I once again, looked into his eyes.

"..f-fuck off." I shook my face from his grasp as I hiccuped.  He looked down at me, and spoke.

"I will hate you if that's what you want so bad. I'll leave. Just don't regret it. I'll dismiss you just like you wish, but before it, know that everything I've said until now, I meant."

He took off and walked towards the opposite side of the road, leaving me staring at his fading back.

I don't want to wake up tomorrow, to find out that I regretted what I've done.

———Jungkook's

I don't know Aera.

But I want to know her.

I never believed in love at first sight.

Because I didn't love my first.

But I fell easily for this girl that I've only known a day's time. And I fell so hard. She isn't the prettiest girl in the world, but she's so goddamn charming. From everything little expression, to her voice, her body language.

I want to be the one that makes her smile. I want to see again what I saw at the cafeteria. Not the scowl or the cold glares. It sounds greedy but that's how I feel now.

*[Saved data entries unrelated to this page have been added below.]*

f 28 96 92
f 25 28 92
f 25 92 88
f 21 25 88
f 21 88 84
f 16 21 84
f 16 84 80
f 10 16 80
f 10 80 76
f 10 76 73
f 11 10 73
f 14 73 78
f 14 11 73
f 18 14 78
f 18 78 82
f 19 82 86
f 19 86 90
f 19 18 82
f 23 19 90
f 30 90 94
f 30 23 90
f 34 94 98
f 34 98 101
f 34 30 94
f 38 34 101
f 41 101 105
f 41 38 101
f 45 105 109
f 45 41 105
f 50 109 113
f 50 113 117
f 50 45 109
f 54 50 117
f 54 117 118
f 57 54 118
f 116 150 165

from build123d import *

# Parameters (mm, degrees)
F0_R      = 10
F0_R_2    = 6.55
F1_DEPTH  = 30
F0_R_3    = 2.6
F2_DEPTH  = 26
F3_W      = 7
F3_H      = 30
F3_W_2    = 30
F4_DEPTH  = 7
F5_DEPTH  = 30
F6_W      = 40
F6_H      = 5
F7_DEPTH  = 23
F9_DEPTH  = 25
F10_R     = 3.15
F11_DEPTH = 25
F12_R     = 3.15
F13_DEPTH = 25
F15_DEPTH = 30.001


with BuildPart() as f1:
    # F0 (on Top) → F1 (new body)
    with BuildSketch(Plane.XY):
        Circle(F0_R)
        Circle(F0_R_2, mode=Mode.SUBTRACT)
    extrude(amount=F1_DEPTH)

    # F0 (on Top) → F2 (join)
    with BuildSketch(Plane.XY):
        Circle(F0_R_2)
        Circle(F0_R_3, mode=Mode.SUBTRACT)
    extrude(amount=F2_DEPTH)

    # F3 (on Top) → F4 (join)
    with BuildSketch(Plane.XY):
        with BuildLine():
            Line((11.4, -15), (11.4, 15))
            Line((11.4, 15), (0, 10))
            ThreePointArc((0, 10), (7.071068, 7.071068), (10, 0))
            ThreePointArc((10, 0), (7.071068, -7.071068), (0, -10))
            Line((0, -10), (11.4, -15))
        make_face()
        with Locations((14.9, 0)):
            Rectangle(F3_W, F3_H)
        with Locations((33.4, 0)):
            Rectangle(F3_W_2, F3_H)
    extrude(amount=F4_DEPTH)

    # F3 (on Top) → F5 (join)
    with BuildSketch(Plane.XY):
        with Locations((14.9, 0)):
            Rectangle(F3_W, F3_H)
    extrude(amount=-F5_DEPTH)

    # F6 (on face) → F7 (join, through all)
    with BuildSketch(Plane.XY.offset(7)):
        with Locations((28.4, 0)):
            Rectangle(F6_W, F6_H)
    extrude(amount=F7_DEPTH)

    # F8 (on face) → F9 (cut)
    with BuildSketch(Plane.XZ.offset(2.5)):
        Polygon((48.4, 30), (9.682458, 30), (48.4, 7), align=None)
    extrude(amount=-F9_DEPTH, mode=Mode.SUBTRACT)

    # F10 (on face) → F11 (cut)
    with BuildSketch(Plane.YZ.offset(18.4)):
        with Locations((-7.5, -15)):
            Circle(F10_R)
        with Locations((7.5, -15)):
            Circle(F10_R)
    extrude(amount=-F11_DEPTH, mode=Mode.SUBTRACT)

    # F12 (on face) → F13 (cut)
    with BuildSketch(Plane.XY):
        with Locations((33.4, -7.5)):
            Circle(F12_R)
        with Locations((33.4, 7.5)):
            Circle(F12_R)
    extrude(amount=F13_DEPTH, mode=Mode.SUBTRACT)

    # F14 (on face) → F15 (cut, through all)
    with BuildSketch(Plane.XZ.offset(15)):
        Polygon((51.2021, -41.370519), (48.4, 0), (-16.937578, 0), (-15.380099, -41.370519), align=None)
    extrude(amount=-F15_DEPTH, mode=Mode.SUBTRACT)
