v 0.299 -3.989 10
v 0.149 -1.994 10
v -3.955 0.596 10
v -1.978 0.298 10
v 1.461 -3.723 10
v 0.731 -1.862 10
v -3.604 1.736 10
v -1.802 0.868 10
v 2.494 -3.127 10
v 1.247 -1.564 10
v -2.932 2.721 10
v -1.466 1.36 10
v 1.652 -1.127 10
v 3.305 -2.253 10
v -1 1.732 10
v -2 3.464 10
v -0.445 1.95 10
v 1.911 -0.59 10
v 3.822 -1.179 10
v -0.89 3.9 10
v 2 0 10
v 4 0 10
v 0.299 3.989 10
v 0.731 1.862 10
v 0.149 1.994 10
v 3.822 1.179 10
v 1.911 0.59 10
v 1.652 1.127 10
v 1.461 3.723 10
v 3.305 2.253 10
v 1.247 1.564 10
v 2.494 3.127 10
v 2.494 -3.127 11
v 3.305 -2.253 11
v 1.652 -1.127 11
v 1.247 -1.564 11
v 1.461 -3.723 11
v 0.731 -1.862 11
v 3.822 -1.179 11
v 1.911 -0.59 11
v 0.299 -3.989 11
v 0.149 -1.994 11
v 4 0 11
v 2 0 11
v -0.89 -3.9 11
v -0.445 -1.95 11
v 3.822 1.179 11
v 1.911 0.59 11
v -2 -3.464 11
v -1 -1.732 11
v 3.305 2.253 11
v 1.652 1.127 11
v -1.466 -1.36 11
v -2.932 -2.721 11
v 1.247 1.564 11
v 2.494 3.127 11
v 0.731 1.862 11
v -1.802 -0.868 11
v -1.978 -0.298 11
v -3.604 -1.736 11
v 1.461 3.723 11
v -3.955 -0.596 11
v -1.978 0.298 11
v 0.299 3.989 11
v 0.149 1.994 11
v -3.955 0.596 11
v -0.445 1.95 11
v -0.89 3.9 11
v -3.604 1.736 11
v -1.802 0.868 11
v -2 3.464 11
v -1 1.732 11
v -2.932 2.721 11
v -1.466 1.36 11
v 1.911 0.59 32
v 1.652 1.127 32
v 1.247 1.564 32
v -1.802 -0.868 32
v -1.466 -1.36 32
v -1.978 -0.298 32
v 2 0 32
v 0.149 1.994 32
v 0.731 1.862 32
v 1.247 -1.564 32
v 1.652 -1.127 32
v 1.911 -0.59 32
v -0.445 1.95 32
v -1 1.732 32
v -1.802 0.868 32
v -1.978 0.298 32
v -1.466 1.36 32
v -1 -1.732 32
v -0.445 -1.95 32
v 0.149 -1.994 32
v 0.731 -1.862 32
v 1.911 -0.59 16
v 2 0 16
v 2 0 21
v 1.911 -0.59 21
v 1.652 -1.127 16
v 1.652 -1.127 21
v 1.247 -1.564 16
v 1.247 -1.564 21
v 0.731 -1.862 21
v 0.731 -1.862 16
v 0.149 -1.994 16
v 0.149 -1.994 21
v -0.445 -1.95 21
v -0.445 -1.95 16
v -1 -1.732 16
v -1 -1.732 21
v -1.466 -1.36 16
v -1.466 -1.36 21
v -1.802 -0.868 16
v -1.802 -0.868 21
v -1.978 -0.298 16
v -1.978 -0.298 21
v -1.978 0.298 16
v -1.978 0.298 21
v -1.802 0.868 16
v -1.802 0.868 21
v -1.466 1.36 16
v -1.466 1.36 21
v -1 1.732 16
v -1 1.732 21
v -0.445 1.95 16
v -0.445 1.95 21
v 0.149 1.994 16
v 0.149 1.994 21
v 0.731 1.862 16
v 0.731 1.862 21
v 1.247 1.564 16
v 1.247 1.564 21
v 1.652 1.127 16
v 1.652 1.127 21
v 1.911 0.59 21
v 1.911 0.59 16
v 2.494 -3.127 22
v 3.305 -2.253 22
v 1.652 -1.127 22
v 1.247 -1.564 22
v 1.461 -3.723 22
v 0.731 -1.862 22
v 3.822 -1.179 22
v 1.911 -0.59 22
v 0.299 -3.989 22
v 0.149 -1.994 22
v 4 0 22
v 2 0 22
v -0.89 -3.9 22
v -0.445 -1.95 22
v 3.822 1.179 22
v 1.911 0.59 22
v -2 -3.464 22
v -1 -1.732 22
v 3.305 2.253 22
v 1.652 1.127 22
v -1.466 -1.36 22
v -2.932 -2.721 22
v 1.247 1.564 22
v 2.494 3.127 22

She's so straightforward with me, and made me realize things I never knew about myself—things that I now would die to change, to be honest.

It's frustrating, the way she's acting. She's always so closed off. So hard to get to. I want to know what it's like to be the one behind her smiles. She makes my heart swing the way it never did for Haeyoung. She makes me want to know what true love feels like. Love that is pure, true—and not forced onto me by elders.

Haeyoung, can I really do this to you?